You probably want a 'session' resource (BTW, this is how restful_auth works).
So you would say "create me a session for this user", or something like POST
/sessions where the body of the post is the username & password for the user.
This also has the good side effect of not saving the password in the history
or letting someone capture it on the HTTP proxy.
So your controller code would look something like this:
class UsersController < ActionController::Base
def show
#user = User.find_by_id(params[:id])
# etc ...
end
def show_by_email
#user = User.find_by_email(params[:email)
end
end
class SessionsController < ActionController::Base
def create
# ... validate user credentials, set a cookie or somehow track that the
# user is logged in to be able to authenticate in other controllers
end
end
You would set up your routes like this:
map.connect "/users/byemail", :controller => "users", :action => "show_by_email", :conditions => { :method => :get }
map.resources :users
map.resources :sessions
That will get you URLs like /users/byemail?email=foo#example.com. There are
issues with encoding the email directly in the URL path, rails sees the '.com'
at the end and by default translates that into the :format. There's probably a
way around it, but this is what I had working.
Also like cletus says, there are ways to make your route match based on the format of the parts of the URL, like all numbers or alphanumeric, but I don't know off hand how to make that work with the dots in the url.
The first thing you can do is make your GETs as smart as possible. In your example, this can be handled programmatically. The argument can be processed this way:
Is a number? It's a userid;
Has a # in it? It's an email;
Otherwise? It's a username.
But I assume that you're not just talking about this example and want something to handle the general case rather than just this specific one.
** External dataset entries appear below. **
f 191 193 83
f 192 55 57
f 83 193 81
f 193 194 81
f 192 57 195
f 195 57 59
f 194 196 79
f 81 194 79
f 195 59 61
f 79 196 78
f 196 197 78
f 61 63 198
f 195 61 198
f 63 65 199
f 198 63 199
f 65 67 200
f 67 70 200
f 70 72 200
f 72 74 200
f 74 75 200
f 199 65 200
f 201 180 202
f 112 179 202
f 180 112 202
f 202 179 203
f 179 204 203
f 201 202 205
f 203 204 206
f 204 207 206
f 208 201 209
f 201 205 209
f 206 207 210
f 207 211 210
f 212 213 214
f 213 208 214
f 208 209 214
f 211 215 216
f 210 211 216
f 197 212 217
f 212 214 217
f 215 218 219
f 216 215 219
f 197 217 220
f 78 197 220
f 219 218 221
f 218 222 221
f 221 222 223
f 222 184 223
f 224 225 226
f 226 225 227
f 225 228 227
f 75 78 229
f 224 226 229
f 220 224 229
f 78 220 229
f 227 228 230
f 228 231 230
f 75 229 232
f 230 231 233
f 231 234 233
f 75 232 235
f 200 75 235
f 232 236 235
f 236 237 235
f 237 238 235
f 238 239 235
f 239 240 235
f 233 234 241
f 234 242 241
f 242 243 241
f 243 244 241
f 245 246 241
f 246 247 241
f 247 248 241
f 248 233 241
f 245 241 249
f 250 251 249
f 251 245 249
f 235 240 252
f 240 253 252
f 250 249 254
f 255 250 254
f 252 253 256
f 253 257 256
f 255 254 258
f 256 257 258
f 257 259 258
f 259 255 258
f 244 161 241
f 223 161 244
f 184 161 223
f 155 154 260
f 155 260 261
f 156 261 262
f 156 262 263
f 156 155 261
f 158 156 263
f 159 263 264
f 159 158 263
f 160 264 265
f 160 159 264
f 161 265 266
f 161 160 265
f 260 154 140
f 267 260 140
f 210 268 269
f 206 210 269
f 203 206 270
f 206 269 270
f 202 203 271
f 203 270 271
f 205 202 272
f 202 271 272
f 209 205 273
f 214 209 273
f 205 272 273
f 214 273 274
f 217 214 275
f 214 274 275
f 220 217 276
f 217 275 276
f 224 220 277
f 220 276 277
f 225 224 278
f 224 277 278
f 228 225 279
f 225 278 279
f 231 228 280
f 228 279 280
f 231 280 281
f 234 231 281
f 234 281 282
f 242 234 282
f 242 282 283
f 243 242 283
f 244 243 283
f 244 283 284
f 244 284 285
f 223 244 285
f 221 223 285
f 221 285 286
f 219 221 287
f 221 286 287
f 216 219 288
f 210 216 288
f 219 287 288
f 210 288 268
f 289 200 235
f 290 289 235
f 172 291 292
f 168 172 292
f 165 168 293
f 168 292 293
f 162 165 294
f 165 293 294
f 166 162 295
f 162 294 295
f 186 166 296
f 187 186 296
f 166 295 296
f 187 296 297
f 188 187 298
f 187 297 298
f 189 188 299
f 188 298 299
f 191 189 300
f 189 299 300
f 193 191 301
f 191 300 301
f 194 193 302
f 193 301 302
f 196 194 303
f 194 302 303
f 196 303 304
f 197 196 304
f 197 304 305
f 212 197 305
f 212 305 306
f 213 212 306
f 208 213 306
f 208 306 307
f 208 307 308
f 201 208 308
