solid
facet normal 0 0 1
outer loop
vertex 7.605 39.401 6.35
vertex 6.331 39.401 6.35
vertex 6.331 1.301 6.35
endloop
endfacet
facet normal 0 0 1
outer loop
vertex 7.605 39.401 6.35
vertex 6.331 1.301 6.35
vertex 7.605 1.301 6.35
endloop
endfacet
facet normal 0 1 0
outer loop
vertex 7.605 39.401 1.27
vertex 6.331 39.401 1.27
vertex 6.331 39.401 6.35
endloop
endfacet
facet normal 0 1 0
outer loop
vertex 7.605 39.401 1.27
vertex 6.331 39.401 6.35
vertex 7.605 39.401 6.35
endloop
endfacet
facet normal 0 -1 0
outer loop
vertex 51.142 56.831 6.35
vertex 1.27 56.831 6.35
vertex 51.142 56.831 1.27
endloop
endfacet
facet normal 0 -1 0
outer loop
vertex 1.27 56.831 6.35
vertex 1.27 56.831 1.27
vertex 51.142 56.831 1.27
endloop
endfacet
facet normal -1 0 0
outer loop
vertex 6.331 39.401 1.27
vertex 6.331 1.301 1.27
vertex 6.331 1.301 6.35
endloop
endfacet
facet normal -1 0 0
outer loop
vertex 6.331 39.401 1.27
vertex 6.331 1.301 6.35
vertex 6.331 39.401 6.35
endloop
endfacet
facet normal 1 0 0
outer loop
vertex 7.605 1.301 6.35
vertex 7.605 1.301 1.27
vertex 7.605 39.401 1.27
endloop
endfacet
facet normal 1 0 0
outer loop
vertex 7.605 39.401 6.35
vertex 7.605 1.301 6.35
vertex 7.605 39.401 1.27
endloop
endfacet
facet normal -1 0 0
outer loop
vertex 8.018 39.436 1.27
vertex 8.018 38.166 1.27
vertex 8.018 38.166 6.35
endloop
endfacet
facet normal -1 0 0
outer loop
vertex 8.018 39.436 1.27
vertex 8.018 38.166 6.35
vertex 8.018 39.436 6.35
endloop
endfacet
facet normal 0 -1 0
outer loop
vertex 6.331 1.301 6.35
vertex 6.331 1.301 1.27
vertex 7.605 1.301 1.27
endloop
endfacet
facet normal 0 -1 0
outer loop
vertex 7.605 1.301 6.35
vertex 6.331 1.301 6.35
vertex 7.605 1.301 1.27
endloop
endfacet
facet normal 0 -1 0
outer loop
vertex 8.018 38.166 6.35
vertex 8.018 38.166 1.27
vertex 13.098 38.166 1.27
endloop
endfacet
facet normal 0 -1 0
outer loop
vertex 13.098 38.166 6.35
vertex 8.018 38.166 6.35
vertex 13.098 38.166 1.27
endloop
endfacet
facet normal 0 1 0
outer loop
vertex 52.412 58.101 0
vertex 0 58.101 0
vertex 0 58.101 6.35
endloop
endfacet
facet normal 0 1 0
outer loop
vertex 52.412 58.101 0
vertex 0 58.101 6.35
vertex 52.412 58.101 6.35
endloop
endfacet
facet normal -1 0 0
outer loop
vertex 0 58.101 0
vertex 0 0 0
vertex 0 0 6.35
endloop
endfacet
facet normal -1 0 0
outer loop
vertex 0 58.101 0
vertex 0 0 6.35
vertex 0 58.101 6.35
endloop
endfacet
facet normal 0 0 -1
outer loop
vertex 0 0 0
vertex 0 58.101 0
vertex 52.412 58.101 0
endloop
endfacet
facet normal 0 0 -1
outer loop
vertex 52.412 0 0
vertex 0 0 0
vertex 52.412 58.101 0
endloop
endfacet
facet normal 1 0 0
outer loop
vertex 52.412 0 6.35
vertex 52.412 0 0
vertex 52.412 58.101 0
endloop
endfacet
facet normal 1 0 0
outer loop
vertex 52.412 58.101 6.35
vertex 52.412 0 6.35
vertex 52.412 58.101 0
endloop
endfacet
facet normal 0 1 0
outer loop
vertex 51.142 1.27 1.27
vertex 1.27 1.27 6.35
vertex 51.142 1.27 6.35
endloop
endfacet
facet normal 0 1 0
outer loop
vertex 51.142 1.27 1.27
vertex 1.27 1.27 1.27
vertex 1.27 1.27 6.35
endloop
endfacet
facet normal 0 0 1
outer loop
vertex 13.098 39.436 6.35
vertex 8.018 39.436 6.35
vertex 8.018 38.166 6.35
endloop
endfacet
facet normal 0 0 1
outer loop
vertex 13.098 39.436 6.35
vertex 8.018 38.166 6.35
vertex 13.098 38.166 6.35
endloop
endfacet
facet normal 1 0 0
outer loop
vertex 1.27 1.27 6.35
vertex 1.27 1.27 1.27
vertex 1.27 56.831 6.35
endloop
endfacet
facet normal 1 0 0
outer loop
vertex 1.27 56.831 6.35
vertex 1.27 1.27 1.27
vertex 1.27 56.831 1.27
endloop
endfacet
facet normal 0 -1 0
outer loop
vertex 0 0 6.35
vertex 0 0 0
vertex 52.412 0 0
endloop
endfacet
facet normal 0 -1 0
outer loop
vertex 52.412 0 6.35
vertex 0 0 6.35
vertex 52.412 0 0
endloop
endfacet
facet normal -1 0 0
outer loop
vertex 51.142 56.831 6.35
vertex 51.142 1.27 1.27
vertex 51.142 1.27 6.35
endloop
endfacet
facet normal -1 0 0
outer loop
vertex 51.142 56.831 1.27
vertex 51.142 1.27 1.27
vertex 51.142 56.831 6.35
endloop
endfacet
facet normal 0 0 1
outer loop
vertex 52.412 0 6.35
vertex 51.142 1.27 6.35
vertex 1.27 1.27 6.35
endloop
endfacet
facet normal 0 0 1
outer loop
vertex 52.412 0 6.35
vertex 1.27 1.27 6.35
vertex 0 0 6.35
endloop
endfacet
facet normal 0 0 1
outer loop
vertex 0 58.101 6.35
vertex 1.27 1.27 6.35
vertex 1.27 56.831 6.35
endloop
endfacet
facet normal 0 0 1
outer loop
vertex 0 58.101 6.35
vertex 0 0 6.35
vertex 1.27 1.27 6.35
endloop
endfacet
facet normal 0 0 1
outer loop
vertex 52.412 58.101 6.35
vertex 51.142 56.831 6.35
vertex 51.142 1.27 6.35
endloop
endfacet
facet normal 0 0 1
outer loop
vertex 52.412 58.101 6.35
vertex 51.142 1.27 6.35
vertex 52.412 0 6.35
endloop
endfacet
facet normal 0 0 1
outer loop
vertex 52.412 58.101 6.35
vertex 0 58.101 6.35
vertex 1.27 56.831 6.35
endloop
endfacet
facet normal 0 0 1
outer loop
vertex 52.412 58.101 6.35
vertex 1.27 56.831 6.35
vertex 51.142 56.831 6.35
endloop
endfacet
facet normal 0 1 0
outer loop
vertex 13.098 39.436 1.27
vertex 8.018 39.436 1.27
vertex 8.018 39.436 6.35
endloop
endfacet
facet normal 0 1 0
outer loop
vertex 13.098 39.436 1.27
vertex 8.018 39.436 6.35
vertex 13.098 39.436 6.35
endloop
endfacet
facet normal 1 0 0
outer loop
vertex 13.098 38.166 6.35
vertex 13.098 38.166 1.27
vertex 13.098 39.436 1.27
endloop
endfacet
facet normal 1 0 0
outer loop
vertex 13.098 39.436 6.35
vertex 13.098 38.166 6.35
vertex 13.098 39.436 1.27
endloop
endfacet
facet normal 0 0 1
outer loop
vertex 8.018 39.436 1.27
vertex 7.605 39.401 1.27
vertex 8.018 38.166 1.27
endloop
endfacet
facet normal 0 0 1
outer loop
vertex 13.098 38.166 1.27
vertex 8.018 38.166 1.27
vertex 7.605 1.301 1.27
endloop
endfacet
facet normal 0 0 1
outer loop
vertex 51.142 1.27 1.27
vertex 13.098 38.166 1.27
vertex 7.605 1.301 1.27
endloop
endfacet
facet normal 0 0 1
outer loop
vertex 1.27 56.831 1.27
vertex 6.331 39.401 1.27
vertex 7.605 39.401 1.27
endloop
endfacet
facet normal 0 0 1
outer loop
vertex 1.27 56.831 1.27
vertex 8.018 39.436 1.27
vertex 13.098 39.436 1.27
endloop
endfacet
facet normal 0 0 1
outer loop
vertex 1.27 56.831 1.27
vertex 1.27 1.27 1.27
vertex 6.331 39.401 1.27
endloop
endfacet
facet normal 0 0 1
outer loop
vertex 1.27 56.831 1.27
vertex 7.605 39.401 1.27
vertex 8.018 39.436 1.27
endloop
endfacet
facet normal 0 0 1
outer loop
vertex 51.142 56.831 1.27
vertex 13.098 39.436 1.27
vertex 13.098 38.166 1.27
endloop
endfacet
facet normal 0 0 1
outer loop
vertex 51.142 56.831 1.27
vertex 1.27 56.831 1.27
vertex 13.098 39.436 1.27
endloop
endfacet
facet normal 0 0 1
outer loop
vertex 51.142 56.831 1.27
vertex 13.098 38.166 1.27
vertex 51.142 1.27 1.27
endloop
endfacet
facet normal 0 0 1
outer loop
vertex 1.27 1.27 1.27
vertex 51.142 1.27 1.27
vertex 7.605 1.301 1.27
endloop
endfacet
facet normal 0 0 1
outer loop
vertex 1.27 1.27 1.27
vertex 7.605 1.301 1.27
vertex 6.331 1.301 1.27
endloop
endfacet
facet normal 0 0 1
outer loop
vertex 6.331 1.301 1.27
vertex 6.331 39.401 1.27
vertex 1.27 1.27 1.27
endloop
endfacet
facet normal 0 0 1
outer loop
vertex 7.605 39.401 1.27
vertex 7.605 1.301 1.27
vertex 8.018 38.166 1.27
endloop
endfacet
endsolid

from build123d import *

# Parameters (mm, degrees)
F0_W     = 52.411996
F0_H     = 58.101058
F1_DEPTH = 6.35
F2_T     = -1.27
F3_W     = 1.273277
F3_H     = 38.1
F4_DEPTH = 6.35
F5_W     = 5.08
F5_H     = 1.27
F6_DEPTH = 6.35


with BuildPart() as f1:
    # F0 (on Top) → F1 (new body)
    with BuildSketch(Plane.XY):
        with Locations((26.205998, 29.050529)):
            Rectangle(F0_W, F0_H)
    extrude(amount=F1_DEPTH)

    # F2
    f2_openings = [f1.faces().sort_by_distance(p)[0] for p in [
        (26.205998, 29.050529, 6.35),
    ]]
    offset(amount=F2_T, openings=f2_openings)

    # F3 (on Top) → F4 (join)
    with BuildSketch(Plane.XY):
        with Locations((6.968005, 20.351489)):
            Rectangle(F3_W, F3_H)
    extrude(amount=F4_DEPTH)

    # F5 (on Top) → F6 (join)
    with BuildSketch(Plane.XY):
        with Locations((10.558338, 38.800815)):
            Rectangle(F5_W, F5_H)
    extrude(amount=F6_DEPTH)


solid = f1.part
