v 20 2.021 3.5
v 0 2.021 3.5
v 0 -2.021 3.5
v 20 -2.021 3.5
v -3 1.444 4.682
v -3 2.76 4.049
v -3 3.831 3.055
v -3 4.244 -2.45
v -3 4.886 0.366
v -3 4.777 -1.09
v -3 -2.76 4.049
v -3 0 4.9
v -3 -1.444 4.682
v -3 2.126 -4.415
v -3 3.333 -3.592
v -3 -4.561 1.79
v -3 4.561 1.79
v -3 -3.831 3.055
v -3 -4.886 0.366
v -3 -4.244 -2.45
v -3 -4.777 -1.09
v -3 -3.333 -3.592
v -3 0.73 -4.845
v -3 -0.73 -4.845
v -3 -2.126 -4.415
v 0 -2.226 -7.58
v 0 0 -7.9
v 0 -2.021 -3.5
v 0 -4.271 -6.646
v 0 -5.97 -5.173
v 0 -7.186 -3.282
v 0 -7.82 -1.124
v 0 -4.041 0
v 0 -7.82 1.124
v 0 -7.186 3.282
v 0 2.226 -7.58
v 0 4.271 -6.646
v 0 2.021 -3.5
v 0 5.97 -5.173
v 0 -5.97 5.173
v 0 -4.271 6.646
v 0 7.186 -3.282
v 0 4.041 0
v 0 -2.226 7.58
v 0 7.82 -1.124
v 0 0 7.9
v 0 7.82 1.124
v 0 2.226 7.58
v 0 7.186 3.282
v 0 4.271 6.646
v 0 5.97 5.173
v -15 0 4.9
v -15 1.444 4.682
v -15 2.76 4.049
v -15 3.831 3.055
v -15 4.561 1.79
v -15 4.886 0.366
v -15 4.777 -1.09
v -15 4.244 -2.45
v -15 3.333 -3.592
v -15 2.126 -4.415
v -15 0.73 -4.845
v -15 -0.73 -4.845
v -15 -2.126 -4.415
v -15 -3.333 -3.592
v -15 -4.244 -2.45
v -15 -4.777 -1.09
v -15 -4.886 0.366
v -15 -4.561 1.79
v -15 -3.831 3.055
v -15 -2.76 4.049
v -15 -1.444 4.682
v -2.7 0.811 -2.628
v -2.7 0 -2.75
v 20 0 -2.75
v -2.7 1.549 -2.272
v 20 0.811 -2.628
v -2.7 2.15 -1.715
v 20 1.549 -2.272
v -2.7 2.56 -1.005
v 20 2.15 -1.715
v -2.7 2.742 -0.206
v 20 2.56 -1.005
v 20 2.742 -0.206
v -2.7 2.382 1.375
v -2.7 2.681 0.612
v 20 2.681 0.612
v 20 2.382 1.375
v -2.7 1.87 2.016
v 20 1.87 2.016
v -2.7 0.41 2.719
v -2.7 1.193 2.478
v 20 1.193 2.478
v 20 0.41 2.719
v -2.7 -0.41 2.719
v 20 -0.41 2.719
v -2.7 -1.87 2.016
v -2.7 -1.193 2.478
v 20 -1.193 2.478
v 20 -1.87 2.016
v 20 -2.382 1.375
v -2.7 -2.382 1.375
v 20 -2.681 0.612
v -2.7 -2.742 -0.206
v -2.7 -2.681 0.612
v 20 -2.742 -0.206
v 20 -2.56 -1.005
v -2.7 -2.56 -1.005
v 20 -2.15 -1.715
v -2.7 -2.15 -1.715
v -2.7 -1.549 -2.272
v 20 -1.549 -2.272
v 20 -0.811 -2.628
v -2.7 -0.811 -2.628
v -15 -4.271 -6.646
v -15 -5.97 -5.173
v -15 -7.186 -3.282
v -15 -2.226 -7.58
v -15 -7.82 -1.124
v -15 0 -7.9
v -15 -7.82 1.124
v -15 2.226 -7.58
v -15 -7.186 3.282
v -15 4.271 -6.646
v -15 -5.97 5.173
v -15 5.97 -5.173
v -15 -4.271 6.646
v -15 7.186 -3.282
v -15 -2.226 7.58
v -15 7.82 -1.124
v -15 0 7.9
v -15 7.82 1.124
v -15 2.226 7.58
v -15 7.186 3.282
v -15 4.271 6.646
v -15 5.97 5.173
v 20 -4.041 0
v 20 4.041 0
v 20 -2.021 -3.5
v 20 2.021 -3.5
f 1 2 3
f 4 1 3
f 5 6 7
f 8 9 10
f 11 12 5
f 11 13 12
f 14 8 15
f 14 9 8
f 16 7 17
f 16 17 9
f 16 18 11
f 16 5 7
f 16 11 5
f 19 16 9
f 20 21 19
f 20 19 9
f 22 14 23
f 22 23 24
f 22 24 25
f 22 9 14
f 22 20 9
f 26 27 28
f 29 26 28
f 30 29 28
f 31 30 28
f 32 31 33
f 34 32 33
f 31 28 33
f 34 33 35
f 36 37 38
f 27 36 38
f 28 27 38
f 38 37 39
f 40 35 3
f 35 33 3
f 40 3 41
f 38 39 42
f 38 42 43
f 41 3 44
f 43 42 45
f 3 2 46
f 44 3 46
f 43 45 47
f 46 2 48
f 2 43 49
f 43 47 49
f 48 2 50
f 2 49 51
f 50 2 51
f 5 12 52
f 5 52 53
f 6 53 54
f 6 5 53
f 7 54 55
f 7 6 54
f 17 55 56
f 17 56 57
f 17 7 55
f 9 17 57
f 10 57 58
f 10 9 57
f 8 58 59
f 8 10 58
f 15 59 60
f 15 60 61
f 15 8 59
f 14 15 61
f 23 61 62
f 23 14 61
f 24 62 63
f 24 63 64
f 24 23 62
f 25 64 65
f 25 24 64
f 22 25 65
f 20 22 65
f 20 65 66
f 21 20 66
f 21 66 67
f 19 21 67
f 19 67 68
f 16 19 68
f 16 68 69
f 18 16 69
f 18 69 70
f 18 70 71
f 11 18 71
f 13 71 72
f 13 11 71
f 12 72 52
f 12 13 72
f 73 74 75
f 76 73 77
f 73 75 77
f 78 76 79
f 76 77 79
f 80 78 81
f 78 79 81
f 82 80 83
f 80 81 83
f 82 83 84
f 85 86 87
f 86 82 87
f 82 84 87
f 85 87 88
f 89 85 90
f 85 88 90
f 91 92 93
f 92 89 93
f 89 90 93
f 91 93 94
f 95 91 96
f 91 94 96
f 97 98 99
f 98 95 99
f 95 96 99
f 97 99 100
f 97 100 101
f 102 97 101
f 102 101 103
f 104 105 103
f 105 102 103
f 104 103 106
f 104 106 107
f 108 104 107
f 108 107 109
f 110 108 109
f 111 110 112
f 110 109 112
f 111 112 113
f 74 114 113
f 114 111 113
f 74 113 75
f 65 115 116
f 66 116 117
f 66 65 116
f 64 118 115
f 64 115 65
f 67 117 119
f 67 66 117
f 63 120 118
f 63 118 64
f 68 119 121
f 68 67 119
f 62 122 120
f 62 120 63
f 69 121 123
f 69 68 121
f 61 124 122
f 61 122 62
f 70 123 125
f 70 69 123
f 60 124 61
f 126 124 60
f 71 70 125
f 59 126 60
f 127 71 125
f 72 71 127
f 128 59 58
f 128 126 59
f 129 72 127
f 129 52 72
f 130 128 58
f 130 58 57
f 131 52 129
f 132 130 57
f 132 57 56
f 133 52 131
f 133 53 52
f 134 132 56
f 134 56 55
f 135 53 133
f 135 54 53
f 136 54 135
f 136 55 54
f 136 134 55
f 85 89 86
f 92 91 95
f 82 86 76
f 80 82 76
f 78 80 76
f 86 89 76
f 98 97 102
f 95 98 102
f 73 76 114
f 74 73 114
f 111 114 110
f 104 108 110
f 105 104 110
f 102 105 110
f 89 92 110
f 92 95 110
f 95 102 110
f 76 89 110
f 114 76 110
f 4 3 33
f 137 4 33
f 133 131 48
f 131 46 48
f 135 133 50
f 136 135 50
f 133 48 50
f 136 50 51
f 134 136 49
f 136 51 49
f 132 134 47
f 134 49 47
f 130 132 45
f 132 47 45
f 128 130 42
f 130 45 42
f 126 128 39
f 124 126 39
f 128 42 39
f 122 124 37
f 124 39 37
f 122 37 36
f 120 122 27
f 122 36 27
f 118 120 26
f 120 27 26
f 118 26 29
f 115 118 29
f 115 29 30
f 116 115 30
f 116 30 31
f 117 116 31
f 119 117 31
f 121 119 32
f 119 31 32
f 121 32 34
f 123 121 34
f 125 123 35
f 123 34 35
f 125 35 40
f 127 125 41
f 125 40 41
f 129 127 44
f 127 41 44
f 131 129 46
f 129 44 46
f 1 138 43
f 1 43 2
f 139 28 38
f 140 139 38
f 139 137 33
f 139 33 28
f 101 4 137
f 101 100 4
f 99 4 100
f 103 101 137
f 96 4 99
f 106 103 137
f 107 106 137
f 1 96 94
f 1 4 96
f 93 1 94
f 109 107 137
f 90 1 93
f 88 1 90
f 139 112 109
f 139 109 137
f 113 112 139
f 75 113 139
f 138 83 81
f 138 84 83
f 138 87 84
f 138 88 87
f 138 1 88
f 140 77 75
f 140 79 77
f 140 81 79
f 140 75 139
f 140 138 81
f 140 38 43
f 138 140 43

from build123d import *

# Parameters (mm, degrees)
SALIENTE_EXTRUIR1_DEPTH = 20
CROQUIS2_R              = 7.9
CROQUIS2_R_2            = 4.9
SALIENTE_EXTRUIR2_DEPTH = 3
SALIENTE_EXTRUIR3_START = 3
CROQUIS2_3_R            = 7.9
CROQUIS2_3_R_2          = 4.9
SALIENTE_EXTRUIR3_DEPTH = 12
CROQUIS3_R              = 2.75
CORTAR_EXTRUIR1_DEPTH   = 37.73989657
CROQUIS5_R              = 2.75
SALIENTE_EXTRUIR4_DEPTH = 0.3


with BuildPart() as part:
    # Croquis1 → Saliente-Extruir1 (new body)
    with BuildSketch(Plane(origin=(0, 0, 0), x_dir=(0, 0, -1), z_dir=(1, 0, 0))):
        Polygon((-3.5, -2.020725942), (0, -4.041451884), (3.5, -2.020725942), (3.5, 2.020725942), (0, 4.041451884), (-3.5, 2.020725942), align=None)
    extrude(amount=SALIENTE_EXTRUIR1_DEPTH)

    # Croquis2 → Saliente-Extruir2 (add)
    with BuildSketch(Plane.ZY):
        Circle(CROQUIS2_R)
        Circle(CROQUIS2_R_2, mode=Mode.SUBTRACT)
        Circle(CROQUIS2_R_2)
        Polygon((3.5, -2.020725942), (3.5, 2.020725942), (0, 4.041451884), (-3.5, 2.020725942), (-3.5, -2.020725942), (0, -4.041451884), align=None, mode=Mode.SUBTRACT)
        Polygon((0, -4.041451884), (3.5, -2.020725942), (3.5, 2.020725942), (0, 4.041451884), (-3.5, 2.020725942), (-3.5, -2.020725942), align=None)
    extrude(amount=SALIENTE_EXTRUIR2_DEPTH)

    # Croquis2<3> → Saliente-Extruir3 (add)
    with BuildSketch(Plane.ZY.offset(SALIENTE_EXTRUIR3_START)):
        Circle(CROQUIS2_3_R)
        Circle(CROQUIS2_3_R_2, mode=Mode.SUBTRACT)
    extrude(amount=SALIENTE_EXTRUIR3_DEPTH)

    # Croquis3 → Cortar-Extruir1 (cut, through all)
    with BuildSketch(Plane(origin=(20, 0, 0), x_dir=(0, 0, -1), z_dir=(1, 0, 0))):
        Circle(CROQUIS3_R)
    extrude(amount=-CORTAR_EXTRUIR1_DEPTH, mode=Mode.SUBTRACT)

    # Croquis5 → Saliente-Extruir4 (add)
    with BuildSketch(Plane.ZY.offset(3)):
        with Locations(Location((0, 0, 0), (0, 0, 180))):
            Circle(CROQUIS5_R)
    extrude(amount=-SALIENTE_EXTRUIR4_DEPTH)


solid = part.part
There are basically two ways of dealing with this:
Add extra path information eg /users/email/me#here.com, /users/name/cletus; or
Be more specific in your "top-level" URL eg /user-by-email/me#here.com, /user-by-name/cletus.
I would handle it programmatically if you can.
Regarding the "ByEmail" request, have you considered creating a new email resource.
GET /email/foo_at_bar_dot_com
The response could contain a link to the related user.
I see so many people trying to apply RESTful design principles to their URL structure and then mapping those urls to procedural handler code. e.g. GET = Show, or is it GET = Index or ShowByEmail. By doing this you are really just pretending to do a RESTful design and then trying to create a mapping between a resource oriented URL space and procedurally oriented implementation. That is really hard to do and the procedural nature keeps leaking out into the URLs.
Resource oriented design often requires a very different way of thinking about problems that we are used to and unfortunately many of the frameworks out there keep sucking us back into the RPC model.
You might be able to set up different routes for different tasks. So for this case you could have one route to a method in UserControll dedecated to getting a user by email, and another for getting the information by credentials.